Start of DATA

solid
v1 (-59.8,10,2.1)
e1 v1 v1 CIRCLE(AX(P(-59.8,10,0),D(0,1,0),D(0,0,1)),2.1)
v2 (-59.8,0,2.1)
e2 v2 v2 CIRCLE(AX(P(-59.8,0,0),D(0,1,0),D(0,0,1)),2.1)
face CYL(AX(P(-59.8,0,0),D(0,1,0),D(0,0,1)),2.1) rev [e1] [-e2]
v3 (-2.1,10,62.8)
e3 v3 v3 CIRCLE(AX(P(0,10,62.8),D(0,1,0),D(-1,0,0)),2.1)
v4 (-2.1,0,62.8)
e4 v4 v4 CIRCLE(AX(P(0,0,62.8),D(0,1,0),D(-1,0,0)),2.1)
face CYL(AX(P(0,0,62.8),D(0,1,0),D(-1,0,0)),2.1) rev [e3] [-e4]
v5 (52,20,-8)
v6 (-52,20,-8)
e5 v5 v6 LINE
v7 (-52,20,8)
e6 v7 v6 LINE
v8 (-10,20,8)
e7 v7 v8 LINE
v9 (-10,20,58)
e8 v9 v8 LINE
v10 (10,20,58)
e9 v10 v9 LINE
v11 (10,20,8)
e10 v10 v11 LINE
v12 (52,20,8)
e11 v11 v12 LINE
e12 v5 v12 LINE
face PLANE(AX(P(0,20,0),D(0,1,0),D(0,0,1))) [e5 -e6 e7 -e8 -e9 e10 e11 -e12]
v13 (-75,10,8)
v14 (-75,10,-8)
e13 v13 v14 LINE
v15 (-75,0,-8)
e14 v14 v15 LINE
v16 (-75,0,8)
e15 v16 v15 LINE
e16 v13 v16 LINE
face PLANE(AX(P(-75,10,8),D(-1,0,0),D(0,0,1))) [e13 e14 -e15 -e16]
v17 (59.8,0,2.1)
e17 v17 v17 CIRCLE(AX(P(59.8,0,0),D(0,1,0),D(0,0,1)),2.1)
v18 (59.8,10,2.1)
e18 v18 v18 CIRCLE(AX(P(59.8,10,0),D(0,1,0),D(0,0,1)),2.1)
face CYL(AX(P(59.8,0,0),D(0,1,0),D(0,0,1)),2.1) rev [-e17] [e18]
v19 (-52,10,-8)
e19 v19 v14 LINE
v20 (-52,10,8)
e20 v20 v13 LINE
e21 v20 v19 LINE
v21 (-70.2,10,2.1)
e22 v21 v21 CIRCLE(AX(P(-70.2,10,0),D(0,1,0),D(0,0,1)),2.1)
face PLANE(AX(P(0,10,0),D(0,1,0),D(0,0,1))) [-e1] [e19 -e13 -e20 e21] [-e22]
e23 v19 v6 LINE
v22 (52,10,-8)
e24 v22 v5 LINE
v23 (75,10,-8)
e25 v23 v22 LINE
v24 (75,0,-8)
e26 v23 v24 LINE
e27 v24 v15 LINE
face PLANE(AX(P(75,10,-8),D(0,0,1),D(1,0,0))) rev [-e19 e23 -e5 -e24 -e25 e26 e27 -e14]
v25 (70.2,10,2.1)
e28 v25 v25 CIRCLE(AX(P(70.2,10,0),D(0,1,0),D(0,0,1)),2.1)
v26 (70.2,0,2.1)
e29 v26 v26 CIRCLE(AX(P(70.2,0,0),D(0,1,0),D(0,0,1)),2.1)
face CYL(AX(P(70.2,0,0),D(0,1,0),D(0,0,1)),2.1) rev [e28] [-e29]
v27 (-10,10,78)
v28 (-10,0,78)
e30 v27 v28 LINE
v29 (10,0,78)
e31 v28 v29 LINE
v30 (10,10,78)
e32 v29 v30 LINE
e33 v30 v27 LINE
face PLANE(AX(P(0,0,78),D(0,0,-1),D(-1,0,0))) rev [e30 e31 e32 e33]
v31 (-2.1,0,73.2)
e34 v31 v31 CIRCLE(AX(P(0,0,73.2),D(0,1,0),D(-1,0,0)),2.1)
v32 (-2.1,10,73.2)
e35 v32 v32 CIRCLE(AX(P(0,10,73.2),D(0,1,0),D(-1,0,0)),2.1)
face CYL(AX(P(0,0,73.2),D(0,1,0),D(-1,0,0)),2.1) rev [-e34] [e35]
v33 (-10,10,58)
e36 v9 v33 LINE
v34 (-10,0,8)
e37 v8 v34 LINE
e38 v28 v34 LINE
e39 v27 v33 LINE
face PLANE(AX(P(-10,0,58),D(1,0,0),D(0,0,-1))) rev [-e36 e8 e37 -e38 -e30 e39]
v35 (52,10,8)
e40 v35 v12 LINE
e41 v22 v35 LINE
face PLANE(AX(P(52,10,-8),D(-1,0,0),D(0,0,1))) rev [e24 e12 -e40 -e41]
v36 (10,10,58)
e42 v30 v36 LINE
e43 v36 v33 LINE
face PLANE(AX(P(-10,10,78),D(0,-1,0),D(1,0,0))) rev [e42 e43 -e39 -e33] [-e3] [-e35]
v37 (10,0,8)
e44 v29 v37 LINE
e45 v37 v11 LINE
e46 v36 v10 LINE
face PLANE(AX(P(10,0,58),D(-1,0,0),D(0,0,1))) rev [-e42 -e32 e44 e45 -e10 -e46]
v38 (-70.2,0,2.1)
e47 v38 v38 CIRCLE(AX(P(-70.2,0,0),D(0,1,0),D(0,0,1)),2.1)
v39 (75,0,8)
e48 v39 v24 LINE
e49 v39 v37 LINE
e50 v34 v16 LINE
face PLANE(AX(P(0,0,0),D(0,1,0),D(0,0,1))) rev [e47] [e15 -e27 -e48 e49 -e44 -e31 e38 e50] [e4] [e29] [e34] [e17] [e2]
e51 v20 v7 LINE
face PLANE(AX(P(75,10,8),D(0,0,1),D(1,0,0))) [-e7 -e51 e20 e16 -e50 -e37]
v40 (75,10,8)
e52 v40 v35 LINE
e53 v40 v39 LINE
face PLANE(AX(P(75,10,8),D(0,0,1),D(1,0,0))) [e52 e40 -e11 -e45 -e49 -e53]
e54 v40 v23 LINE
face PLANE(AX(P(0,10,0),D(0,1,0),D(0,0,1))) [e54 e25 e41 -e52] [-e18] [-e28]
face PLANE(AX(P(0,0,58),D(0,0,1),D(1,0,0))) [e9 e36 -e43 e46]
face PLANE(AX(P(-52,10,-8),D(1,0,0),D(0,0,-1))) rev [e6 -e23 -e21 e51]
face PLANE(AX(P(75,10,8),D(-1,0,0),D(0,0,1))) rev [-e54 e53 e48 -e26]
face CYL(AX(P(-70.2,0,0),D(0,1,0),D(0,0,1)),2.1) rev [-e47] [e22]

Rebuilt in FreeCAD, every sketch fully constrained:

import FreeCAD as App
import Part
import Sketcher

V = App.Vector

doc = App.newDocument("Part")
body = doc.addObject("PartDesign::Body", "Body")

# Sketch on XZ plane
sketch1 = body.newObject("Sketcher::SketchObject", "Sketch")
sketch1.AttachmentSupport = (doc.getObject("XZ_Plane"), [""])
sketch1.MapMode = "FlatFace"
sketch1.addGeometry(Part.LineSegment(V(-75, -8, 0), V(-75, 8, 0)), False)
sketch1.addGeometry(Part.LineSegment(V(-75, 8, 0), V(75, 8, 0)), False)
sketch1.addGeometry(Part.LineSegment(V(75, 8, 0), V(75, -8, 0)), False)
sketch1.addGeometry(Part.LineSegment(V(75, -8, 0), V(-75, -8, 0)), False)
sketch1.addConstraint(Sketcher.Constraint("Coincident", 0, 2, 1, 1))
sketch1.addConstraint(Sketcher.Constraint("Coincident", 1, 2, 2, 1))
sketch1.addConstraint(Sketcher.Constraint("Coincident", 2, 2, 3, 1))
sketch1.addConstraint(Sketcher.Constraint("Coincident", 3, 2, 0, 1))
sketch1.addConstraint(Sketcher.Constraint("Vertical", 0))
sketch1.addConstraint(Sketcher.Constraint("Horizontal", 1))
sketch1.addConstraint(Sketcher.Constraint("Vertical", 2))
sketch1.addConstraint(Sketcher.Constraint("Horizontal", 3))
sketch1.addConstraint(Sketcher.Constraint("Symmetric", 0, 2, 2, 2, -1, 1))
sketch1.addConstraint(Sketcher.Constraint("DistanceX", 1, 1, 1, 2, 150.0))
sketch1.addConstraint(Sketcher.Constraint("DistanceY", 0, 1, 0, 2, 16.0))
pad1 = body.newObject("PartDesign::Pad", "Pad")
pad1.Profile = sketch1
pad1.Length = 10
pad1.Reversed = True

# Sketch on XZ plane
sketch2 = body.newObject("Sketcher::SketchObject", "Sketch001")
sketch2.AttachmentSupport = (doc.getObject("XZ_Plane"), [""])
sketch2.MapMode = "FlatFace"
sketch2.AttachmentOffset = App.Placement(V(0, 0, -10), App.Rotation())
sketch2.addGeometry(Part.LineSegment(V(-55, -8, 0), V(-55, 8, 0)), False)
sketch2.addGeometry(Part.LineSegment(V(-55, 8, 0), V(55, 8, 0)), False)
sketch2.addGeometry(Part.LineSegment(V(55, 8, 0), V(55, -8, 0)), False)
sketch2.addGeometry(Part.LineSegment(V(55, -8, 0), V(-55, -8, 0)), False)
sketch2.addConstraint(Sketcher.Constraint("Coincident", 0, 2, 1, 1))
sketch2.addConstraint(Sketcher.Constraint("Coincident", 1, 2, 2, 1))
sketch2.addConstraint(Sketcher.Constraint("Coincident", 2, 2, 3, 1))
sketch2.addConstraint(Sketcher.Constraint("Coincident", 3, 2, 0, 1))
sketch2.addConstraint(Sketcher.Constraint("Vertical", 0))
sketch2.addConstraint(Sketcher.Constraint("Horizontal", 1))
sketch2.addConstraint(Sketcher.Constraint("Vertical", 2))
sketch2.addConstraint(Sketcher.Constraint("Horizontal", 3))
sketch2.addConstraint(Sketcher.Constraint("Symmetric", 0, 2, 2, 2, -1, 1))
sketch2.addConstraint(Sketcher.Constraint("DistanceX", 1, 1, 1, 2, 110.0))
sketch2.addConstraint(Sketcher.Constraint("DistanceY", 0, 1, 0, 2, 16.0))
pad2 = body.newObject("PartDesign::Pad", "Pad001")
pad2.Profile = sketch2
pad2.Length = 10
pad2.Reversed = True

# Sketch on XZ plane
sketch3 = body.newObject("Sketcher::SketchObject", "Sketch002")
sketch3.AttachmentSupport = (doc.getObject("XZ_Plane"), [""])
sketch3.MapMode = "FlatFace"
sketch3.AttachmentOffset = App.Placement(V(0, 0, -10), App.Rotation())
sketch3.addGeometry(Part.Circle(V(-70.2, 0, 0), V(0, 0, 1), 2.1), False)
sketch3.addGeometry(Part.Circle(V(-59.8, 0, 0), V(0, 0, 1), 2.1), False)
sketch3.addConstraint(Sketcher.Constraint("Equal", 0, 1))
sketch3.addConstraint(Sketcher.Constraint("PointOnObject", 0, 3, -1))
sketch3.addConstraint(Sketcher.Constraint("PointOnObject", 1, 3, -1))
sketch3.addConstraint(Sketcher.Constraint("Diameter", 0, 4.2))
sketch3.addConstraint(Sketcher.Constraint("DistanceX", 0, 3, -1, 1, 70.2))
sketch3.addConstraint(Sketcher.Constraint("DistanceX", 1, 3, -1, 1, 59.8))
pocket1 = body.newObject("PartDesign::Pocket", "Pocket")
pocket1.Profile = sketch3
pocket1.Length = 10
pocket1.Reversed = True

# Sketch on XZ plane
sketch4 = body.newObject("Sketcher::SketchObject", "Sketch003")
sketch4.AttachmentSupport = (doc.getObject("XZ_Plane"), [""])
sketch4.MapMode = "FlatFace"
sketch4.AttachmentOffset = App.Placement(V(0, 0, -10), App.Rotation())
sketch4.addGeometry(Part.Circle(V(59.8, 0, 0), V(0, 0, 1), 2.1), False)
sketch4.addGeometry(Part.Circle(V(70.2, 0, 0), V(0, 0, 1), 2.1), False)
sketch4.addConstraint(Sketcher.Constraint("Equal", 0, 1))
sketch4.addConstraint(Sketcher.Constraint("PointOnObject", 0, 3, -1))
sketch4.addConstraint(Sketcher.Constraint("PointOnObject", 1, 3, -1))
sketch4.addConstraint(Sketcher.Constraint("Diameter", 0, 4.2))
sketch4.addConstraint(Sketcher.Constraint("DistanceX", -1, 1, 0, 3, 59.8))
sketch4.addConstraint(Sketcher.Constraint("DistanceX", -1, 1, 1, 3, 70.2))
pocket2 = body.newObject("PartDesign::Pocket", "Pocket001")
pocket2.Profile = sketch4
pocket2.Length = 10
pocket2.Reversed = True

End of DATA
Start of DATA

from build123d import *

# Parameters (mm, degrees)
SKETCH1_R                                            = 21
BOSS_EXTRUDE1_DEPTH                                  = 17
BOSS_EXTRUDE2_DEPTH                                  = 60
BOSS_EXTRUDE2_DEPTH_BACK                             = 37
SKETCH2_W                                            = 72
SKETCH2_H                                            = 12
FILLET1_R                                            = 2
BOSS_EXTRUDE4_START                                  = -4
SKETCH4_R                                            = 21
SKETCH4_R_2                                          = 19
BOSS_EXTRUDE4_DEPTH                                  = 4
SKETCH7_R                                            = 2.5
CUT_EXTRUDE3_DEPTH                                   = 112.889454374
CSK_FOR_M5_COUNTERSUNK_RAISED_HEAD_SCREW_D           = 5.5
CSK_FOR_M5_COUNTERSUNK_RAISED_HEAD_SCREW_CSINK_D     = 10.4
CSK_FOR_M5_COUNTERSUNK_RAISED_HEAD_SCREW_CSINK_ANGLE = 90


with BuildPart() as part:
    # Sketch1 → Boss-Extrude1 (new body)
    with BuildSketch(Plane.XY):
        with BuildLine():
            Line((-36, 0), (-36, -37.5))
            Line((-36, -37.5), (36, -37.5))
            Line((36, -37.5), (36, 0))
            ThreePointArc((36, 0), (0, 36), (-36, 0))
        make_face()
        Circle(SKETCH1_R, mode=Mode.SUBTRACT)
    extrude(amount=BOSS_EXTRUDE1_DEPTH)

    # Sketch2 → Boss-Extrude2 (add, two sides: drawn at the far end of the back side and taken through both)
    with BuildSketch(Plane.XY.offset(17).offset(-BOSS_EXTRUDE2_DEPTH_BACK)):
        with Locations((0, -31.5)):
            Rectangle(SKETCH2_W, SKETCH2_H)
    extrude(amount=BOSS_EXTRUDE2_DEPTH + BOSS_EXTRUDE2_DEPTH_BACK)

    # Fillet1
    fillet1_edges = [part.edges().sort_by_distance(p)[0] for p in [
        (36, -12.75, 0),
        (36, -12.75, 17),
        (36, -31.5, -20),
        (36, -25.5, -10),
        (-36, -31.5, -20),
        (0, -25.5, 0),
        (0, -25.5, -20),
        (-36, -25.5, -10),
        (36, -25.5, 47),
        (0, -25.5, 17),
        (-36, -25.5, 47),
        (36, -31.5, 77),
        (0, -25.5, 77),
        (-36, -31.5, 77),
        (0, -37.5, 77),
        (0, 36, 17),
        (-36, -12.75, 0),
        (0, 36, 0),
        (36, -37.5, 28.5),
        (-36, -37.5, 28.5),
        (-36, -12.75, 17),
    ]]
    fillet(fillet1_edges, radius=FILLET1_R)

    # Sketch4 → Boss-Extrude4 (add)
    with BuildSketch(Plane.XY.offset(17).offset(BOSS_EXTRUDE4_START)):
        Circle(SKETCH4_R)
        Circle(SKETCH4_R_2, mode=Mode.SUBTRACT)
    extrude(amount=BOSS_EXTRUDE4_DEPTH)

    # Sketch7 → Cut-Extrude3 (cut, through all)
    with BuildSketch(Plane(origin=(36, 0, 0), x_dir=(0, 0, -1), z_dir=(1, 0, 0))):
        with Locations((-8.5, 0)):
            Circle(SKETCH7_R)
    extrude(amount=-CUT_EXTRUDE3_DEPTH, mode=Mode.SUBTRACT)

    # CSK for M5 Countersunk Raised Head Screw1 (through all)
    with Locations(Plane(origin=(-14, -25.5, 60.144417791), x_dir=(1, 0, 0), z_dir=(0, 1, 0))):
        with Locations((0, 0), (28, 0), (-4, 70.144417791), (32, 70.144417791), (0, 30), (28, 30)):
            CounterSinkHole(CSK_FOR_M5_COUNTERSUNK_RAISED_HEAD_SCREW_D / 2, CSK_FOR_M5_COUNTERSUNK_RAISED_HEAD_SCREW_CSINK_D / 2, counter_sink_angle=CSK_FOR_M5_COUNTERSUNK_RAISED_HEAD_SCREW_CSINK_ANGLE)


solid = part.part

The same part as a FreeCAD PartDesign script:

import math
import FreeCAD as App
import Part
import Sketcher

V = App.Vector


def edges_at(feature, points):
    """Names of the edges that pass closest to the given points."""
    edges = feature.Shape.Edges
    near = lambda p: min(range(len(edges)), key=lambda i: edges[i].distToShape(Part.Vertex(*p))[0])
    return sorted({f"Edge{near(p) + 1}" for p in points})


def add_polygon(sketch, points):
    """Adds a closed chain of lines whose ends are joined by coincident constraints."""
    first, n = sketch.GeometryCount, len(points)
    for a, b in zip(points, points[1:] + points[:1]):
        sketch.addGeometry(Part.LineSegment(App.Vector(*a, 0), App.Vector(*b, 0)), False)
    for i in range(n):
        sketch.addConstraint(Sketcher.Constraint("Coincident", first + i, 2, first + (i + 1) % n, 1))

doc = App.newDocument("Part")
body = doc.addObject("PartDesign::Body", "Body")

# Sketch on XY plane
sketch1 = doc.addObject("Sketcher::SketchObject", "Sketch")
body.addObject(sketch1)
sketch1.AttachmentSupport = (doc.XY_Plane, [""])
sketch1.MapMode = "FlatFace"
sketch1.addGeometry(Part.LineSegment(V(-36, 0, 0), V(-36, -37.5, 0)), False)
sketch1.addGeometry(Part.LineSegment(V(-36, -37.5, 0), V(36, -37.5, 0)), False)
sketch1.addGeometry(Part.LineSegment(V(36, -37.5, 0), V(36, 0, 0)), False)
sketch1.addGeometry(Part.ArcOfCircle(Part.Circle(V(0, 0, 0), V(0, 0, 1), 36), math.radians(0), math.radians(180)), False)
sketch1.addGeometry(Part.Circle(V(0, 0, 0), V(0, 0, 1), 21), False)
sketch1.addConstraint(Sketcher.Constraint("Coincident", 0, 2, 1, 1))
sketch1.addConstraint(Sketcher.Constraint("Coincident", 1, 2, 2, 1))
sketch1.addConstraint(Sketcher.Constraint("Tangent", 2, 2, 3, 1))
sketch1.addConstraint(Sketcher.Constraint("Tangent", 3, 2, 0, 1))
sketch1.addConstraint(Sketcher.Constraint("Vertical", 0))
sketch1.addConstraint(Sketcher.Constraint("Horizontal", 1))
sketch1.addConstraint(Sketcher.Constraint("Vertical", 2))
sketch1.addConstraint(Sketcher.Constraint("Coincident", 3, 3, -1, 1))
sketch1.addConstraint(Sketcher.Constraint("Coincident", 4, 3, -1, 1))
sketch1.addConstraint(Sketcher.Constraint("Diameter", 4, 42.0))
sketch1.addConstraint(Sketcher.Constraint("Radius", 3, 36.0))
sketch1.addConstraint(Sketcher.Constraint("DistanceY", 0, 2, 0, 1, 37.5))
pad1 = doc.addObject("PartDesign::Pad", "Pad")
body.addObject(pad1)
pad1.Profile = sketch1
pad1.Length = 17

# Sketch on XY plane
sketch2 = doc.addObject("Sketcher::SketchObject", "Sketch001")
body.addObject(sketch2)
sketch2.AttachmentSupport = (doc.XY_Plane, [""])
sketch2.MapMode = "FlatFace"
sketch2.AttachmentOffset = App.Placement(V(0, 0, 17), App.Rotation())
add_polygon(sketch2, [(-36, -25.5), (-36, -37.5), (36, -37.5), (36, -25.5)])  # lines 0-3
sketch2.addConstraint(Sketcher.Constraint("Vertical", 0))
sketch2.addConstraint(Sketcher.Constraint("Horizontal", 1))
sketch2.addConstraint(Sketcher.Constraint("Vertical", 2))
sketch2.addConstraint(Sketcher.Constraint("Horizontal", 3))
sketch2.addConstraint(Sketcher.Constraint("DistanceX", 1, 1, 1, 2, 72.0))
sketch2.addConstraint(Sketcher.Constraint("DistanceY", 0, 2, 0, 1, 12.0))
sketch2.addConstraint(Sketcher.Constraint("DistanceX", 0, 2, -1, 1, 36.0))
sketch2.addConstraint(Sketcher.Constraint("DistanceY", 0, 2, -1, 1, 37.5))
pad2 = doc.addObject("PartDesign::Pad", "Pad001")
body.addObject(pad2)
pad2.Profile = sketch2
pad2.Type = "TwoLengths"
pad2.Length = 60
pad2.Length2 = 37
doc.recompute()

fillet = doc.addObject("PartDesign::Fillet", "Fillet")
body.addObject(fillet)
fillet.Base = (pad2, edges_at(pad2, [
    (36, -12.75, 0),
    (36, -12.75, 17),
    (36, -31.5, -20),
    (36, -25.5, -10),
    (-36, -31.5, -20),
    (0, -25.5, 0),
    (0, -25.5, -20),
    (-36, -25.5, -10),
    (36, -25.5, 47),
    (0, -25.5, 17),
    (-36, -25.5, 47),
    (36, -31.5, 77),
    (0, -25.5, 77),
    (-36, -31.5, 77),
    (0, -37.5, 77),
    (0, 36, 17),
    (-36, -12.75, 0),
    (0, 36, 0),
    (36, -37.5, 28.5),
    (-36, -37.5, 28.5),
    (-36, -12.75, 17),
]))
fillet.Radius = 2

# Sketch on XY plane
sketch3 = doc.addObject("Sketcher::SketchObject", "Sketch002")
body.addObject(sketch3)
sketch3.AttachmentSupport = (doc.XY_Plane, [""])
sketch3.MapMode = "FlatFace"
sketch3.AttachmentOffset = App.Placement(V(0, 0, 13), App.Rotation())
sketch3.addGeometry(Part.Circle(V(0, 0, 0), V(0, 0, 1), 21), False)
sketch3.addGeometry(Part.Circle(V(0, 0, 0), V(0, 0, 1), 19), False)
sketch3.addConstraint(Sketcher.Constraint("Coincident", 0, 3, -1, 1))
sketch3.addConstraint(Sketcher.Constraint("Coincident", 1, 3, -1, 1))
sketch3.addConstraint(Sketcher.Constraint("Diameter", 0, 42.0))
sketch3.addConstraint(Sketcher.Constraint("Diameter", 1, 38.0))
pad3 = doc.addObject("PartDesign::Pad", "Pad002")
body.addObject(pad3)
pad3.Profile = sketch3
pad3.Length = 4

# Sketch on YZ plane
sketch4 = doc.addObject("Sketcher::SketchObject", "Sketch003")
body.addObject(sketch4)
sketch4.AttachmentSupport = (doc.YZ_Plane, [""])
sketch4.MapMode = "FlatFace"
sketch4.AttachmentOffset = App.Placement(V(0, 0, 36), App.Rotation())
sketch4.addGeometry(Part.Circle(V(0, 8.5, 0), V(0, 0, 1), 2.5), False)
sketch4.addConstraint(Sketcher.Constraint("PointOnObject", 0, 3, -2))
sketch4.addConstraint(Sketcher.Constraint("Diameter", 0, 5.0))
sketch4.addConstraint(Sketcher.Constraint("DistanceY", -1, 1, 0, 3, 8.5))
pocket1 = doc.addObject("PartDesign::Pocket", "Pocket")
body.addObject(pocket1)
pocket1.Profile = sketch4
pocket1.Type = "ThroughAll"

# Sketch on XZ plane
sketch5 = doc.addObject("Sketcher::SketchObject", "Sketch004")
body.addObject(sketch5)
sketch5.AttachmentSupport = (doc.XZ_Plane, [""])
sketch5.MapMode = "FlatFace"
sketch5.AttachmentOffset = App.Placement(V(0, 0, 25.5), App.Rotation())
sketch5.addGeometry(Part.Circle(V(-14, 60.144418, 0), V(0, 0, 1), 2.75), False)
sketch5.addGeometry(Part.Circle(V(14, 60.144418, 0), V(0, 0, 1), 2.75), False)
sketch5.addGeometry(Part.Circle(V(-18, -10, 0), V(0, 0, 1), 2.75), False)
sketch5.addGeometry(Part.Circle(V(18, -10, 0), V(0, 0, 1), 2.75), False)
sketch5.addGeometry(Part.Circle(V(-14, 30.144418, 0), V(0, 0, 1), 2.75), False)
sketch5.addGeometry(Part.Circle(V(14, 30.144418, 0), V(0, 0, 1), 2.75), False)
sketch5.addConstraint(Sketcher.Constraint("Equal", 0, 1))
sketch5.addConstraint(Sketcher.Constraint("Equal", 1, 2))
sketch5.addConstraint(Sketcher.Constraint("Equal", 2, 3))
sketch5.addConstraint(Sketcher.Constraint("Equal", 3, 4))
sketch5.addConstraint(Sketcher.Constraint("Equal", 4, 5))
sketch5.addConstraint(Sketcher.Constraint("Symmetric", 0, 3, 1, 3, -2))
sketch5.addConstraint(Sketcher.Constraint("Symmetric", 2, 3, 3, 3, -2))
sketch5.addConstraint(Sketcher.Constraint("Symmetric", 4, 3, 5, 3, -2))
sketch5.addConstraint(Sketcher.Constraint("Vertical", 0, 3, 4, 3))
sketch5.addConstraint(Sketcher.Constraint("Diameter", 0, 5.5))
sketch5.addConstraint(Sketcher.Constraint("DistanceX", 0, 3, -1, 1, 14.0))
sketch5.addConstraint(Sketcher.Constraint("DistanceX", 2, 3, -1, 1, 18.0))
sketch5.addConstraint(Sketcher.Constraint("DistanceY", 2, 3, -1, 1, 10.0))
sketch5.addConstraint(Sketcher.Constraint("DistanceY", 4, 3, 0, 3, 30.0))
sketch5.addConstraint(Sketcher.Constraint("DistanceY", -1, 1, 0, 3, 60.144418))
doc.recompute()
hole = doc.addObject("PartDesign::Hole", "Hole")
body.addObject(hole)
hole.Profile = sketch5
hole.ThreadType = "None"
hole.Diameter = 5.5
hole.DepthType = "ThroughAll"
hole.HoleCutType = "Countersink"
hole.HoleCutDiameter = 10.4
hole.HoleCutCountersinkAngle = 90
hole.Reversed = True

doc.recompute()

End of DATA

• [WHAT THE TASK ASKS]: From the material above, set down exactly the lines starting at the one with "extrude(amount=-CUT_EXTRUDE3_DEPTH, mode=Mode.SUBTRACT)" and ending at the one with "The same part", end lines included.

• [SOLUTION FOR THIS TASK]:
    extrude(amount=-CUT_EXTRUDE3_DEPTH, mode=Mode.SUBTRACT)

    # CSK for M5 Countersunk Raised Head Screw1 (through all)
    with Locations(Plane(origin=(-14, -25.5, 60.144417791), x_dir=(1, 0, 0), z_dir=(0, 1, 0))):
        with Locations((0, 0), (28, 0), (-4, 70.144417791), (32, 70.144417791), (0, 30), (28, 30)):
            CounterSinkHole(CSK_FOR_M5_COUNTERSUNK_RAISED_HEAD_SCREW_D / 2, CSK_FOR_M5_COUNTERSUNK_RAISED_HEAD_SCREW_CSINK_D / 2, counter_sink_angle=CSK_FOR_M5_COUNTERSUNK_RAISED_HEAD_SCREW_CSINK_ANGLE)


solid = part.part

The same part as a FreeCAD PartDesign script:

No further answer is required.